The sample TextGenerator
GRPC service provides two methods.
service TextGenerator {
rpc Generate(GenerateRequest) returns (GenerateResponse) {}
rpc GenerateStreamed(GenerateStreamedRequest) returns (stream GenerateStreamedResponse) {}
}
Generate
RPC can be used to generate text by a given staring phrase (GenerateRequest.text
) returning a final
result as soon as max number of tokens reached (GenerateRequest.max_length
). max_length
is an optional field. If not
provided the default value will be used.
message GenerateRequest {
string text = 1;
int32 max_length = 2;
}
Result contains the only field GenerateResponse.text
holding the product of generation process.

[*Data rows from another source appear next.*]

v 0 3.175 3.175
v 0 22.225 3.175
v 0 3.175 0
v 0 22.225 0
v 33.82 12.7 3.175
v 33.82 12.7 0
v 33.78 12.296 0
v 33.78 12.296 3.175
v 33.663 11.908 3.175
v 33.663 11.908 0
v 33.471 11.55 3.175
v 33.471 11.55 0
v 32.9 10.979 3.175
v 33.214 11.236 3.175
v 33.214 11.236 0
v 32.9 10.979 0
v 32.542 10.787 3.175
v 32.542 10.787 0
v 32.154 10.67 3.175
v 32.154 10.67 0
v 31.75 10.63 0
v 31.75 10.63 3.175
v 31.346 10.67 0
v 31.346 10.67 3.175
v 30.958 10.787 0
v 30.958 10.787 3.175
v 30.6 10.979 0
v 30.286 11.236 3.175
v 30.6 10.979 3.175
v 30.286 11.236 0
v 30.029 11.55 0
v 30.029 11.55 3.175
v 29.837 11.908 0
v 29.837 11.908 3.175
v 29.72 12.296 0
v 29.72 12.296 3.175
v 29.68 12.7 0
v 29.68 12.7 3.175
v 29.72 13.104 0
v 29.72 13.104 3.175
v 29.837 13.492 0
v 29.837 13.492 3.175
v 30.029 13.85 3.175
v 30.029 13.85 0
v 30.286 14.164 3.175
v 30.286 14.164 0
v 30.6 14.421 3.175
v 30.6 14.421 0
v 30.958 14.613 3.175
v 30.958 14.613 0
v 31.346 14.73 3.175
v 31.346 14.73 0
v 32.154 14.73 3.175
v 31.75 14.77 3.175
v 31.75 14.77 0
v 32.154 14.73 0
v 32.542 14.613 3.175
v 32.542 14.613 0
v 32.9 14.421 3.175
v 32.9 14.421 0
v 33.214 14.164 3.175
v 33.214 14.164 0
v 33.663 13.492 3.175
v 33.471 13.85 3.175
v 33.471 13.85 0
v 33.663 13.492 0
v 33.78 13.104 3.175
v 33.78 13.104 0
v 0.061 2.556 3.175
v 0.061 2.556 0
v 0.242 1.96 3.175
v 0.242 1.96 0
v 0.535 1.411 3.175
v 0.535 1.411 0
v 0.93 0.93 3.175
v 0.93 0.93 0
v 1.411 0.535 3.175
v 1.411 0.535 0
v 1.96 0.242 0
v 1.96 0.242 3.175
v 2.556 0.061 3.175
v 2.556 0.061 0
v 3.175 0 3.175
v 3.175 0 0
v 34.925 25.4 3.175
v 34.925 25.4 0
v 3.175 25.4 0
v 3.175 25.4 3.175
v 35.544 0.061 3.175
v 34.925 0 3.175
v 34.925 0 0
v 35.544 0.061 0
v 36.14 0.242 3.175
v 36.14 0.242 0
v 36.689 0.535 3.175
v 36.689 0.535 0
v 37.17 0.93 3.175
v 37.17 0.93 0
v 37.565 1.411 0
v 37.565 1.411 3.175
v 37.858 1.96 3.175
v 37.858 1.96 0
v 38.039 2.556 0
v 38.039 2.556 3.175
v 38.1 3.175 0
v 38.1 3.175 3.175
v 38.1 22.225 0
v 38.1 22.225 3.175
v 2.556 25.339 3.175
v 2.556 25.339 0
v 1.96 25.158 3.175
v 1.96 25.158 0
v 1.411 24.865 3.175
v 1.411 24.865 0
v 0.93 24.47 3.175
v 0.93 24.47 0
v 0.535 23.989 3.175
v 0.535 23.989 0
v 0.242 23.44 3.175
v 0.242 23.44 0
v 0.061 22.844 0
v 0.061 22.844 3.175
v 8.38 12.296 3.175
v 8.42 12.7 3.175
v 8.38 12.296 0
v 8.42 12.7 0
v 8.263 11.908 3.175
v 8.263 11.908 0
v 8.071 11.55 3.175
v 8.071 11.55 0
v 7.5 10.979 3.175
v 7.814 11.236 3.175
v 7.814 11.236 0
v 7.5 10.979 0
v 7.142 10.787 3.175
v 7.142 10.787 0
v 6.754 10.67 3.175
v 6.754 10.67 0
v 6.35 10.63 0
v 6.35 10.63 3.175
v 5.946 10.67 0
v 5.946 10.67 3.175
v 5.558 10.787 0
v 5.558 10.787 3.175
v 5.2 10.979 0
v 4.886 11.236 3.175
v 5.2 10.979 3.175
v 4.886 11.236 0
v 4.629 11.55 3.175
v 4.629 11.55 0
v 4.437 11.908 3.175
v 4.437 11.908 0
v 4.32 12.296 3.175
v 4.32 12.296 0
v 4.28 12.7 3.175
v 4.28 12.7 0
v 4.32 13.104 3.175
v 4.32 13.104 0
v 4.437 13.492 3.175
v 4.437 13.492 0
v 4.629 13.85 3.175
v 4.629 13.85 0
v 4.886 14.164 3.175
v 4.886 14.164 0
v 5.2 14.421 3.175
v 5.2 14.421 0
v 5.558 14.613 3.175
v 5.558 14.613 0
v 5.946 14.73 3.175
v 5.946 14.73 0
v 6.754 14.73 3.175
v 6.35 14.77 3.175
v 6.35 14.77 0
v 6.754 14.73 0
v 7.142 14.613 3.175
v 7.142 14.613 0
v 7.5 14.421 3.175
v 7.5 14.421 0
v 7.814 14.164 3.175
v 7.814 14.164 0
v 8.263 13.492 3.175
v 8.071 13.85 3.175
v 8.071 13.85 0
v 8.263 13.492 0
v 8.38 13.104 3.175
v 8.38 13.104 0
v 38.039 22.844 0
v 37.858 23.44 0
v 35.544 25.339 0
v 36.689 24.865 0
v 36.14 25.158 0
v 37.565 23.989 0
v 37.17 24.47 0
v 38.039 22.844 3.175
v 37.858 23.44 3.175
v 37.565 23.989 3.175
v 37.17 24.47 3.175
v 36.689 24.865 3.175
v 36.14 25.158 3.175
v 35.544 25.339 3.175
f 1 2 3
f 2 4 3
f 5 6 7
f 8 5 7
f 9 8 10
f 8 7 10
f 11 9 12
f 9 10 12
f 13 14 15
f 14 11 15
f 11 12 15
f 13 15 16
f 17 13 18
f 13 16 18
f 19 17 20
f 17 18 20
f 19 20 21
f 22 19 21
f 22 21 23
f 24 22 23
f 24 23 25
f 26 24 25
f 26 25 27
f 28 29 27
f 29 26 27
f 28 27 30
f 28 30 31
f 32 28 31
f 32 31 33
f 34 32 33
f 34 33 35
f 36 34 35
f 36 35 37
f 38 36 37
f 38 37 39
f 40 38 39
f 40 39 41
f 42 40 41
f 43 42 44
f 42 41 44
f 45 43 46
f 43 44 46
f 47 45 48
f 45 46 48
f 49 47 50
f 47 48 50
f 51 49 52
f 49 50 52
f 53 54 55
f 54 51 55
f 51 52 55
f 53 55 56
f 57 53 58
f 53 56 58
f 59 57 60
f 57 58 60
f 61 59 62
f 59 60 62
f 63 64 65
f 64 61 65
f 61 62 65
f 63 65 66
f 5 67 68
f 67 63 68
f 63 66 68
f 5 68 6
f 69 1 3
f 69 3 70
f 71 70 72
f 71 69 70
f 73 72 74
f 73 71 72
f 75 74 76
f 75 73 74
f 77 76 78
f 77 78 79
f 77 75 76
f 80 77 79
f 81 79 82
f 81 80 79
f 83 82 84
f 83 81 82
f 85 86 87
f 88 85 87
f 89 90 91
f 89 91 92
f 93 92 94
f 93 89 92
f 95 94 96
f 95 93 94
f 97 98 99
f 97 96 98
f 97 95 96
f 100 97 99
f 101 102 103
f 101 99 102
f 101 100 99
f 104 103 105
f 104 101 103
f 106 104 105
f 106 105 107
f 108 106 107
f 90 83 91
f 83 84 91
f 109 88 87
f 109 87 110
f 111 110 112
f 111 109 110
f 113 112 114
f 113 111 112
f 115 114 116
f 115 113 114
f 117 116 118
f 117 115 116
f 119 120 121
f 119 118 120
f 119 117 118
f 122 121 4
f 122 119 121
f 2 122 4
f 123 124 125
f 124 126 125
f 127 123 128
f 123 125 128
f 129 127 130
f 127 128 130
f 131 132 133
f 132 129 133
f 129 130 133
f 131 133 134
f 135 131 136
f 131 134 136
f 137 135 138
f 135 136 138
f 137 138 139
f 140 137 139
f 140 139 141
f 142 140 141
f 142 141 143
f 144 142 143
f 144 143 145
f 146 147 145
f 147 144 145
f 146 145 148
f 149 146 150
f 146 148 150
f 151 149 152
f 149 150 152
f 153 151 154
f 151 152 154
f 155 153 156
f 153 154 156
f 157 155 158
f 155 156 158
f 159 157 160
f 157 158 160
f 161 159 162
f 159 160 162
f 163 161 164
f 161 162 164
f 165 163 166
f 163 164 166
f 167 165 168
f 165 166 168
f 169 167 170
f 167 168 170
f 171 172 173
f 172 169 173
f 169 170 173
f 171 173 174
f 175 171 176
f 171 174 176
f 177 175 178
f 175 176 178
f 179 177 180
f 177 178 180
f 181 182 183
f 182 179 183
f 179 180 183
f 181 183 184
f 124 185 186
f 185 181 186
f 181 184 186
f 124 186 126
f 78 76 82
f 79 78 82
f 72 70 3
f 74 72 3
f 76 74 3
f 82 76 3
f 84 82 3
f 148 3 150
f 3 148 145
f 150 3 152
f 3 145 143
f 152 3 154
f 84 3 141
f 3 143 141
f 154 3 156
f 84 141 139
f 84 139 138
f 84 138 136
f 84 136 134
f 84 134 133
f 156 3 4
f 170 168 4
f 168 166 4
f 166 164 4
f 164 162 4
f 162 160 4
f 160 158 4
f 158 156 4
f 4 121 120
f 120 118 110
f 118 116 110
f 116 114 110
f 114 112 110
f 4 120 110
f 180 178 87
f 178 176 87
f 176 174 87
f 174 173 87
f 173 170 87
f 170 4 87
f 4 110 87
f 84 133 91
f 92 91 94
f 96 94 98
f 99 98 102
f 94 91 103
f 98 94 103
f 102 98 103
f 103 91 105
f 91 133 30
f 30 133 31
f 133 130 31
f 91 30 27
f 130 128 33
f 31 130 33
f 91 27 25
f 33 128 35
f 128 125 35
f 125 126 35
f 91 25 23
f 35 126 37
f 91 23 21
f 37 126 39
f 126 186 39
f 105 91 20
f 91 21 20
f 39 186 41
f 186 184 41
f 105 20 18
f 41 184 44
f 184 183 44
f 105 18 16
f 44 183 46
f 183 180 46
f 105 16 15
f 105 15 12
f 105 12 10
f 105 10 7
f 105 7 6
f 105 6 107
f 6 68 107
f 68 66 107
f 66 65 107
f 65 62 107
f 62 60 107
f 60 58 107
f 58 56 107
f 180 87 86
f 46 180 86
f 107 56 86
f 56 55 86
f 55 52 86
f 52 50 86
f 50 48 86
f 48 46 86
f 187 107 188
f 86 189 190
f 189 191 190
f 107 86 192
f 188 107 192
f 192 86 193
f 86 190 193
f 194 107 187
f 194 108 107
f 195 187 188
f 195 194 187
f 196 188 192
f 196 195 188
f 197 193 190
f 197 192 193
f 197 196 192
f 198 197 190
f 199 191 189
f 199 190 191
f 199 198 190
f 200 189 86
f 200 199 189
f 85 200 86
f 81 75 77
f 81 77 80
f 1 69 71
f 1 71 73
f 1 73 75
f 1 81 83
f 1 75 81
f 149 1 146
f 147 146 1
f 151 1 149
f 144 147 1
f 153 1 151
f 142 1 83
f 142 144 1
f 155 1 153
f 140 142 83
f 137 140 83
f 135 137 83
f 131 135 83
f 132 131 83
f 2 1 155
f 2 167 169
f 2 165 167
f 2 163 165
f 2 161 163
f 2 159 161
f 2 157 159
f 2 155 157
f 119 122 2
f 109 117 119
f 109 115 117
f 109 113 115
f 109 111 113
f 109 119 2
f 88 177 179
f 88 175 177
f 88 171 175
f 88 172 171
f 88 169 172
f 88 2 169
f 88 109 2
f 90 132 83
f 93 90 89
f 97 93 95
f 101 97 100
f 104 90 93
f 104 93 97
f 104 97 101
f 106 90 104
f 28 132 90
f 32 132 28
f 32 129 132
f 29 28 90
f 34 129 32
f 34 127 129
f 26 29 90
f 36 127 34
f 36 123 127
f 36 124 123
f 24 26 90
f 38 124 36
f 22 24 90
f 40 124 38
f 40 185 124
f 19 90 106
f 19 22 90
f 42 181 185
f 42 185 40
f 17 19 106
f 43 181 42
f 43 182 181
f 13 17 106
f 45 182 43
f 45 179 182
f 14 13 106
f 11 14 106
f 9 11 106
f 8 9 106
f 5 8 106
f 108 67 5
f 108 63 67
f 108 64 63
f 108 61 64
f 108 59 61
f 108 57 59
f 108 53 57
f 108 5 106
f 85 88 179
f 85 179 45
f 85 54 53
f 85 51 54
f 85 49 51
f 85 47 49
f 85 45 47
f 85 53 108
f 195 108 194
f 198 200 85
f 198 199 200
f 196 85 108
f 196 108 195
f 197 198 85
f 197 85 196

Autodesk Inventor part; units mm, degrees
ref_plane "YZ Plane" through (0, 0, 0) normal (1, 0, 0) x (0, 1, 0)
ref_plane "XZ Plane" through (0, 0, 0) normal (0, 1, 0) x (-1, 0, 0)
ref_plane "XY Plane" through (0, 0, 0) normal (0, 0, 1) x (1, 0, 0)
sketch "Sketch1" plane through (0, 0, 0) normal (0, 0, 1) x (1, 0, 0)
  line L0 (0, 0) -> (38.1, 0)
  line L1 (38.1, 0) -> (38.1, 25.4)
  line L2 (38.1, 25.4) -> (0, 25.4)
  line L3 (0, 25.4) -> (0, 0)
  circle A0 centre (6.35, 12.7) radius 2.0701
  circle A1 centre (31.75, 12.7) radius 2.0701
  dimension "d0" = 38.1
  dimension "d1" = 25.4
  dimension "d2" = 4.1402
  dimension "d3" = 6.35
  dimension "d4" = 12.7
  dimension "d24" = 25.4
extrude "Extrusion1" add sketch "Sketch1" along normal blind 3.175
fillet "Fillet1" radius 3.175 4 edges at (38.1, 25.4, 1.5875) (38.1, 0, 1.5875) (0, 25.4, 1.5875) (0, 0, 1.5875)
properties part number "Spacer 2" material "Aluminum 6061"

message GenerateResponse {
string text = 1;
}
GenerateStreamed
RPC performs the same work but streaming intermediate results during the generation process.
Optional GenerateStreamedRequest.intermediate_result_interval_ms
field specifies a minimal time span between intermediate
results. For instance, if the time interval is set to 500ms and a total generation process would take longer than this value,
every 500 ms an intermediate result returned.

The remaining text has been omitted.